(Stored items)
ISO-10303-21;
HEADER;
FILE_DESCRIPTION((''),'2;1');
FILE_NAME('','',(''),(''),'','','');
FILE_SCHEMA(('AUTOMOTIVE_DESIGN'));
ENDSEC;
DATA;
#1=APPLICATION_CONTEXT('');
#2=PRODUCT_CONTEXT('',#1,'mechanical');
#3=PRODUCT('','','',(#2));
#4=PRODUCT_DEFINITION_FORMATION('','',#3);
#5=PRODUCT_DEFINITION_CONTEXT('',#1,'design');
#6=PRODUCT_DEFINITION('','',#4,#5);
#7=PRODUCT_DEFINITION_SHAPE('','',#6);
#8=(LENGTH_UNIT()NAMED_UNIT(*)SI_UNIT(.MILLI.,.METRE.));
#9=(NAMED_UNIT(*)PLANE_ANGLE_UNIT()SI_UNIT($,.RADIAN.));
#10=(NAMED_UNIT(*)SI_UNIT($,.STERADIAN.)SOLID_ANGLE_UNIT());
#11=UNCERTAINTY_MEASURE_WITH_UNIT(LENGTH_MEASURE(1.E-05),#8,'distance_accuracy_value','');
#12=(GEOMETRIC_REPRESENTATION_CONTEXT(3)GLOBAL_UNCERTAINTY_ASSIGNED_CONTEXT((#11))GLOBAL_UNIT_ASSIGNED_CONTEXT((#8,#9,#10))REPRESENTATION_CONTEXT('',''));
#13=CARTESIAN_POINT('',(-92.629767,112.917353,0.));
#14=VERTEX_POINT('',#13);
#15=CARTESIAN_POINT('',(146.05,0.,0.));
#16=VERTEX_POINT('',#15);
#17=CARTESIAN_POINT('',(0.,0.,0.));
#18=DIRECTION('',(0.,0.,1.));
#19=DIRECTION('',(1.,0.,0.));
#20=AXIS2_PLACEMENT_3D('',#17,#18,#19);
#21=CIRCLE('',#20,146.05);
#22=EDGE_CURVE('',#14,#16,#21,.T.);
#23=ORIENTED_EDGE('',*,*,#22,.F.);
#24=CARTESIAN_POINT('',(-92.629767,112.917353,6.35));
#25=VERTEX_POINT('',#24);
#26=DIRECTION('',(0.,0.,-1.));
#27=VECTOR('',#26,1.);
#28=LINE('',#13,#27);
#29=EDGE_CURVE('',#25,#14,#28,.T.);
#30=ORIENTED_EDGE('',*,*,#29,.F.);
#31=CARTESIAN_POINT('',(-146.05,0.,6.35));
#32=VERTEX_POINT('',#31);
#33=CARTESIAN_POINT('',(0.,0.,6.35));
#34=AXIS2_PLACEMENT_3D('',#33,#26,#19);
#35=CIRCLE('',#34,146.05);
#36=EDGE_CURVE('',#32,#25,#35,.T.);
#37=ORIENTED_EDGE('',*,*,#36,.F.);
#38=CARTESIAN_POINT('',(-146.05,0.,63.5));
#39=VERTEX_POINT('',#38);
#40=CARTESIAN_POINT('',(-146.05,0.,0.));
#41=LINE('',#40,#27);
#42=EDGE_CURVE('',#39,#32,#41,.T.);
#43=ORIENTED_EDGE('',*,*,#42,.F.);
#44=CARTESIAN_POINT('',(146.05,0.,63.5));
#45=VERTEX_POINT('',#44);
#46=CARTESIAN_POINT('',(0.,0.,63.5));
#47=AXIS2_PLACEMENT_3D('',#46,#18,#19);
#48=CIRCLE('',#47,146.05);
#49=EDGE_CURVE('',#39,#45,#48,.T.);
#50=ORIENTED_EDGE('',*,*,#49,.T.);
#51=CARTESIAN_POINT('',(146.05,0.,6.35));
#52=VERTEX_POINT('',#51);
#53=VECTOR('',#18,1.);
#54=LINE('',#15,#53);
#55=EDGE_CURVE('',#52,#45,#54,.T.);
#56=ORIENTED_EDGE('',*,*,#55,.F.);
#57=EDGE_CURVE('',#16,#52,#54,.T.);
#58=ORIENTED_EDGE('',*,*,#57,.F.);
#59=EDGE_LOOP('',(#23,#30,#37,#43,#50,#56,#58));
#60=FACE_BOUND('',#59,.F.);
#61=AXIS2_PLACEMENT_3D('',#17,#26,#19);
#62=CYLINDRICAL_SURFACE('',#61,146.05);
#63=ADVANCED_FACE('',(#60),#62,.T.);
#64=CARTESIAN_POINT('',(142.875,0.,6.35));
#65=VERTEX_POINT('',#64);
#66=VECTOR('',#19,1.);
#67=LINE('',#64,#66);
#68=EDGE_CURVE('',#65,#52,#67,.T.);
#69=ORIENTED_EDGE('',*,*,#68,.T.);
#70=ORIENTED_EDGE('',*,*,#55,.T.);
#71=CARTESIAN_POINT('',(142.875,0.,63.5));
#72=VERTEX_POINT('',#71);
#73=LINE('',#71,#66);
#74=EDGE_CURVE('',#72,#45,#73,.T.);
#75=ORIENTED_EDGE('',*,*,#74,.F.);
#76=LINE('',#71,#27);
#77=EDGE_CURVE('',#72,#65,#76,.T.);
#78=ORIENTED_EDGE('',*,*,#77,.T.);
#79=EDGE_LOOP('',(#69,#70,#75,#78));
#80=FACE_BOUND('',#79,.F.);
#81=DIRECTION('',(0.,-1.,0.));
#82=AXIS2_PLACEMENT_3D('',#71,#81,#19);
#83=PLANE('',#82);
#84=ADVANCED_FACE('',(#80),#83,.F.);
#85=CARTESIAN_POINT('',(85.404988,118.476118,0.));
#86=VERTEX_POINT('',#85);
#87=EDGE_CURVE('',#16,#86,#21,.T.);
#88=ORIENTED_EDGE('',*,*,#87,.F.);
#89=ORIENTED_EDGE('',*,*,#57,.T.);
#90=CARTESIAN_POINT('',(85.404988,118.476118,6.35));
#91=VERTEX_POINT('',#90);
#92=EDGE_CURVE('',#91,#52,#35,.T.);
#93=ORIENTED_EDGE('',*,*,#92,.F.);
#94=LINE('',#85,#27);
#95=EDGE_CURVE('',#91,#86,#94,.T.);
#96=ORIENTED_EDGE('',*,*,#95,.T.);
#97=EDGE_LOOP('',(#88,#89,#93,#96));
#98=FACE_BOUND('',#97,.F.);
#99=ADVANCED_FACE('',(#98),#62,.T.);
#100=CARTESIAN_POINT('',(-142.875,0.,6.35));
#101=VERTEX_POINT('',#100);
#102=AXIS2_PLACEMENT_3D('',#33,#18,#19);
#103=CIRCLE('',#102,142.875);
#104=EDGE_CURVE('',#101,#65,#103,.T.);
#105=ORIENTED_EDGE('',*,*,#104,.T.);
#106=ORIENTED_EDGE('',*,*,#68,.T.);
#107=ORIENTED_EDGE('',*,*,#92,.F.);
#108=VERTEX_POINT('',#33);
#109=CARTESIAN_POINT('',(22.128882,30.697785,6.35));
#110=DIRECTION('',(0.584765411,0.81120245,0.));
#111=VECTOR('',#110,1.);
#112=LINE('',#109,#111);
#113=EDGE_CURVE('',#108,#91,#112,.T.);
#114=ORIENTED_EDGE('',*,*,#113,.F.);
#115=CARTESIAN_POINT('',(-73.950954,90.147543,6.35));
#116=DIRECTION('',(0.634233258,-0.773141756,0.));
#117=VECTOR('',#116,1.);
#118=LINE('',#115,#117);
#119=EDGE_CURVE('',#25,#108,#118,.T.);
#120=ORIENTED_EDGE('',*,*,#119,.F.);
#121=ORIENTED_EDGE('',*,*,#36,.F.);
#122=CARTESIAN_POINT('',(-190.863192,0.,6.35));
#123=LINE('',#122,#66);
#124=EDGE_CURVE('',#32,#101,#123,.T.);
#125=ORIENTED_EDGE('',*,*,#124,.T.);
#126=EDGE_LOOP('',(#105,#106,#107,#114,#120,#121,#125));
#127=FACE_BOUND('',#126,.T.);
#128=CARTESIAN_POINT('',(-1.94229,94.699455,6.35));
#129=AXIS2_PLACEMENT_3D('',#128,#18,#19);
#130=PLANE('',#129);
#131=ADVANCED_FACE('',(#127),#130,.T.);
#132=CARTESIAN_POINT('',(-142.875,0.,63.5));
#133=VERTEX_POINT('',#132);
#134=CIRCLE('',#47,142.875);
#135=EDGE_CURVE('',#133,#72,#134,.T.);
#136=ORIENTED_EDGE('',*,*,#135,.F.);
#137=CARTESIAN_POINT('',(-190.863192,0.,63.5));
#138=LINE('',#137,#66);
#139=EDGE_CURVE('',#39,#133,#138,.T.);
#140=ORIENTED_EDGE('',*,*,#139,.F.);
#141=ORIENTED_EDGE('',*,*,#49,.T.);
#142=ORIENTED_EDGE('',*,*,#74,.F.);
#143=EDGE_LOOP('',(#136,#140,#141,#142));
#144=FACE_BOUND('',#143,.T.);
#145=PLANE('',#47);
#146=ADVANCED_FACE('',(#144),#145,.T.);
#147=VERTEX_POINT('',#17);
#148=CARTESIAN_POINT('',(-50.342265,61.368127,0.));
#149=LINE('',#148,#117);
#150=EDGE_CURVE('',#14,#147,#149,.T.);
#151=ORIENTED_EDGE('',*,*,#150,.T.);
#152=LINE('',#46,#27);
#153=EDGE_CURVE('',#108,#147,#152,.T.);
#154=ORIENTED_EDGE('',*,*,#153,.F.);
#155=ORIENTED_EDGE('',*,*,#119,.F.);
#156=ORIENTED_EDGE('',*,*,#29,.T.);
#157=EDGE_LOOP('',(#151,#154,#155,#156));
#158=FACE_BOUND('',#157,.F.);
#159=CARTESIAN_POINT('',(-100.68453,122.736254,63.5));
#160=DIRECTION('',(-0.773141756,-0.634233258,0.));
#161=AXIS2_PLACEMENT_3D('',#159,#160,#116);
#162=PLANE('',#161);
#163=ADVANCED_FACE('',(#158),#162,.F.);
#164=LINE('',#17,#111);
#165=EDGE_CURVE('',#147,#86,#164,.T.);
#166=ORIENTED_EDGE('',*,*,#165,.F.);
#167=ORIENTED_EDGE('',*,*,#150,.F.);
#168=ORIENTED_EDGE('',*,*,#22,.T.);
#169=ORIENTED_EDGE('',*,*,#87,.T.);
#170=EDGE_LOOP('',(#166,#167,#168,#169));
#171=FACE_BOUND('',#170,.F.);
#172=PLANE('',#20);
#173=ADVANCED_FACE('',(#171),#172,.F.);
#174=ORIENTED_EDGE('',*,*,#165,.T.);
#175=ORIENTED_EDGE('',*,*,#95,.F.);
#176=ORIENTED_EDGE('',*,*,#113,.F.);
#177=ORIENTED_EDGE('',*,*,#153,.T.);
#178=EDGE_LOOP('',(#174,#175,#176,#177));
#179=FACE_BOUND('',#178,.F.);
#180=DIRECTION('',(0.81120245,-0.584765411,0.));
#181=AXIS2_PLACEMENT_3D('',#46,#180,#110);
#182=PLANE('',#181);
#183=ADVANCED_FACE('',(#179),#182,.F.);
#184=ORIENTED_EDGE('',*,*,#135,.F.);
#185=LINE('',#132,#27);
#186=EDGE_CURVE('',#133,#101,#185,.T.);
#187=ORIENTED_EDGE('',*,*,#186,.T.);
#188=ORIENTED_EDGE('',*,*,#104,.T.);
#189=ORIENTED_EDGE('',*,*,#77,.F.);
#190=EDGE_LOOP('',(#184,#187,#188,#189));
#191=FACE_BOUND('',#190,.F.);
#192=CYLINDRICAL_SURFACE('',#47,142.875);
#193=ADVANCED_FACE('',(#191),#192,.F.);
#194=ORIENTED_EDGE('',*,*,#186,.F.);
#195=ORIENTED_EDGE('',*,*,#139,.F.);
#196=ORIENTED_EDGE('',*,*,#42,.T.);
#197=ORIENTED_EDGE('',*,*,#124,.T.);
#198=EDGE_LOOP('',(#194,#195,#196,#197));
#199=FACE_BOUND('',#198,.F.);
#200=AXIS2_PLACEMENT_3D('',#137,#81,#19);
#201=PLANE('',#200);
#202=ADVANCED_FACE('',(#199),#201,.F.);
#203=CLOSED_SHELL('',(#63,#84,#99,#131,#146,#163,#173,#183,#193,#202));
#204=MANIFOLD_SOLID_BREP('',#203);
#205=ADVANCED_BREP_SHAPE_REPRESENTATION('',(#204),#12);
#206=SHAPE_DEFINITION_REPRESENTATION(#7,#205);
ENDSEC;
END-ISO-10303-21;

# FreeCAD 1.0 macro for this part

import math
import FreeCAD as App
import Part
import Sketcher
from FreeCAD import Vector
Q = App.Units.Quantity

doc = App.newDocument("Part")
body = doc.addObject("PartDesign::Body", "Body")

sketch1 = doc.addObject("Sketcher::SketchObject", "Sketch")
body.addObject(sketch1)
sketch1.AttachmentSupport = (doc.XY_Plane, [""])
sketch1.MapMode = "FlatFace"
sketch1.addGeometry(Part.Circle(Vector(0, 0, 0), Vector(0, 0, 1), 146), False)
sketch1.addConstraint([
    Sketcher.Constraint("Coincident", 0, 3, -1, 1),
    Sketcher.Constraint("Diameter", 0, Q("11.5 in")),
])
pad1 = doc.addObject("PartDesign::Pad", "Pad")
body.addObject(pad1)
pad1.Profile = sketch1
pad1.Length = Q("2.5 in")

sketch2 = doc.addObject("Sketcher::SketchObject", "Sketch001")
body.addObject(sketch2)
sketch2.AttachmentSupport = (doc.XY_Plane, [""])
sketch2.MapMode = "FlatFace"
sketch2.AttachmentOffset = App.Placement(Vector(0, 0, 2.5 * 25.4), App.Rotation())
sketch2.addGeometry(Part.Circle(Vector(0, 0, 0), Vector(0, 0, 1), 143), False)
sketch2.addConstraint([
    Sketcher.Constraint("Coincident", 0, 3, -1, 1),
    Sketcher.Constraint("Diameter", 0, Q("11.25 in")),
])
pocket1 = doc.addObject("PartDesign::Pocket", "Pocket")
body.addObject(pocket1)
pocket1.Profile = sketch2
pocket1.Length = Q("2.25 in")

sketch3 = doc.addObject("Sketcher::SketchObject", "Sketch002")
body.addObject(sketch3)
sketch3.AttachmentSupport = (doc.XY_Plane, [""])
sketch3.MapMode = "FlatFace"
sketch3.AttachmentOffset = App.Placement(Vector(0, 0, 2.5 * 25.4), App.Rotation())
sketch3.addGeometry([
    Part.LineSegment(Vector(143, 0, 0), Vector(186, 0, 0)),
    Part.LineSegment(Vector(186, 0, 0), Vector(186, 148, 0)),
    Part.LineSegment(Vector(186, 148, 0), Vector(-191, 148, 0)),
    Part.LineSegment(Vector(-191, 148, 0), Vector(-191, 0, 0)),
    Part.LineSegment(Vector(-191, 0, 0), Vector(-143, 0, 0)),
    Part.ArcOfCircle(Part.Circle(Vector(0, 0, 0), Vector(0, 0, 1), 143), math.radians(0), math.radians(180)),
], False)
sketch3.addConstraint([
    Sketcher.Constraint("Coincident", 0, 2, 1, 1),
    Sketcher.Constraint("Coincident", 1, 2, 2, 1),
    Sketcher.Constraint("Coincident", 2, 2, 3, 1),
    Sketcher.Constraint("Coincident", 3, 2, 4, 1),
    Sketcher.Constraint("Coincident", 4, 2, 5, 2),
    Sketcher.Constraint("Coincident", 5, 1, 0, 1),
    Sketcher.Constraint("Horizontal", 0),
    Sketcher.Constraint("Vertical", 1),
    Sketcher.Constraint("Horizontal", 2),
    Sketcher.Constraint("Vertical", 3),
    Sketcher.Constraint("Horizontal", 4),
    Sketcher.Constraint("Coincident", 5, 3, -1, 1),
    Sketcher.Constraint("PointOnObject", 0, 2, -1),
    Sketcher.Constraint("PointOnObject", 3, 2, -1),
    Sketcher.Constraint("Radius", 5, Q("5.625 in")),
    Sketcher.Constraint("DistanceX", 4, 1, 4, 2, 47.988192),
    Sketcher.Constraint("DistanceX", 0, 1, 0, 2, 43.575183),
    Sketcher.Constraint("DistanceY", 1, 1, 1, 2, 147.836223),
])
pocket2 = doc.addObject("PartDesign::Pocket", "Pocket001")
body.addObject(pocket2)
pocket2.Profile = sketch3
pocket2.Length = Q("2.25 in")

sketch4 = doc.addObject("Sketcher::SketchObject", "Sketch003")
body.addObject(sketch4)
sketch4.AttachmentSupport = (doc.XY_Plane, [""])
sketch4.MapMode = "FlatFace"
sketch4.AttachmentOffset = App.Placement(Vector(0, 0, 2.5 * 25.4), App.Rotation())
sketch4.addGeometry([
    Part.LineSegment(Vector(0, 0, 0), Vector(93, 129, 0)),
    Part.ArcOfCircle(Part.Circle(Vector(1, -37, 0), Vector(0, 0, 1), 190), math.radians(61), math.radians(122)),
    Part.LineSegment(Vector(-101, 123, 0), Vector(0, 0, 0)),
], False)
sketch4.addConstraint([
    Sketcher.Constraint("Coincident", 0, 2, 1, 1),
    Sketcher.Constraint("Coincident", 1, 2, 2, 1),
    Sketcher.Constraint("Coincident", 2, 2, 0, 1),
    Sketcher.Constraint("Coincident", 2, 2, -1, 1),
    Sketcher.Constraint("Equal", 0, 2),
    Sketcher.Constraint("Distance", 0, Q("6.25 in")),
    Sketcher.Constraint("Radius", 1, 189.565142),
    Sketcher.Constraint("DistanceX", -1, 1, 1, 3, 1.159839),
    Sketcher.Constraint("DistanceY", 1, 3, -1, 1, 37.14704),
])
pocket3 = doc.addObject("PartDesign::Pocket", "Pocket002")
body.addObject(pocket3)
pocket3.Profile = sketch4
pocket3.Type = "ThroughAll"

doc.recompute()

Problem requirements – Write the opening line of the data above and every line after it, exactly, stopping once you have written the line with "#9=(NAMED_UNIT(*)PLANE_ANGLE_UNIT()SI_UNIT($,.RADIAN.));".

Answer box –
ISO-10303-21;
HEADER;
FILE_DESCRIPTION((''),'2;1');
FILE_NAME('','',(''),(''),'','','');
FILE_SCHEMA(('AUTOMOTIVE_DESIGN'));
ENDSEC;
DATA;
#1=APPLICATION_CONTEXT('');
#2=PRODUCT_CONTEXT('',#1,'mechanical');
#3=PRODUCT('','','',(#2));
#4=PRODUCT_DEFINITION_FORMATION('','',#3);
#5=PRODUCT_DEFINITION_CONTEXT('',#1,'design');
#6=PRODUCT_DEFINITION('','',#4,#5);
#7=PRODUCT_DEFINITION_SHAPE('','',#6);
#8=(LENGTH_UNIT()NAMED_UNIT(*)SI_UNIT(.MILLI.,.METRE.));
#9=(NAMED_UNIT(*)PLANE_ANGLE_UNIT()SI_UNIT($,.RADIAN.));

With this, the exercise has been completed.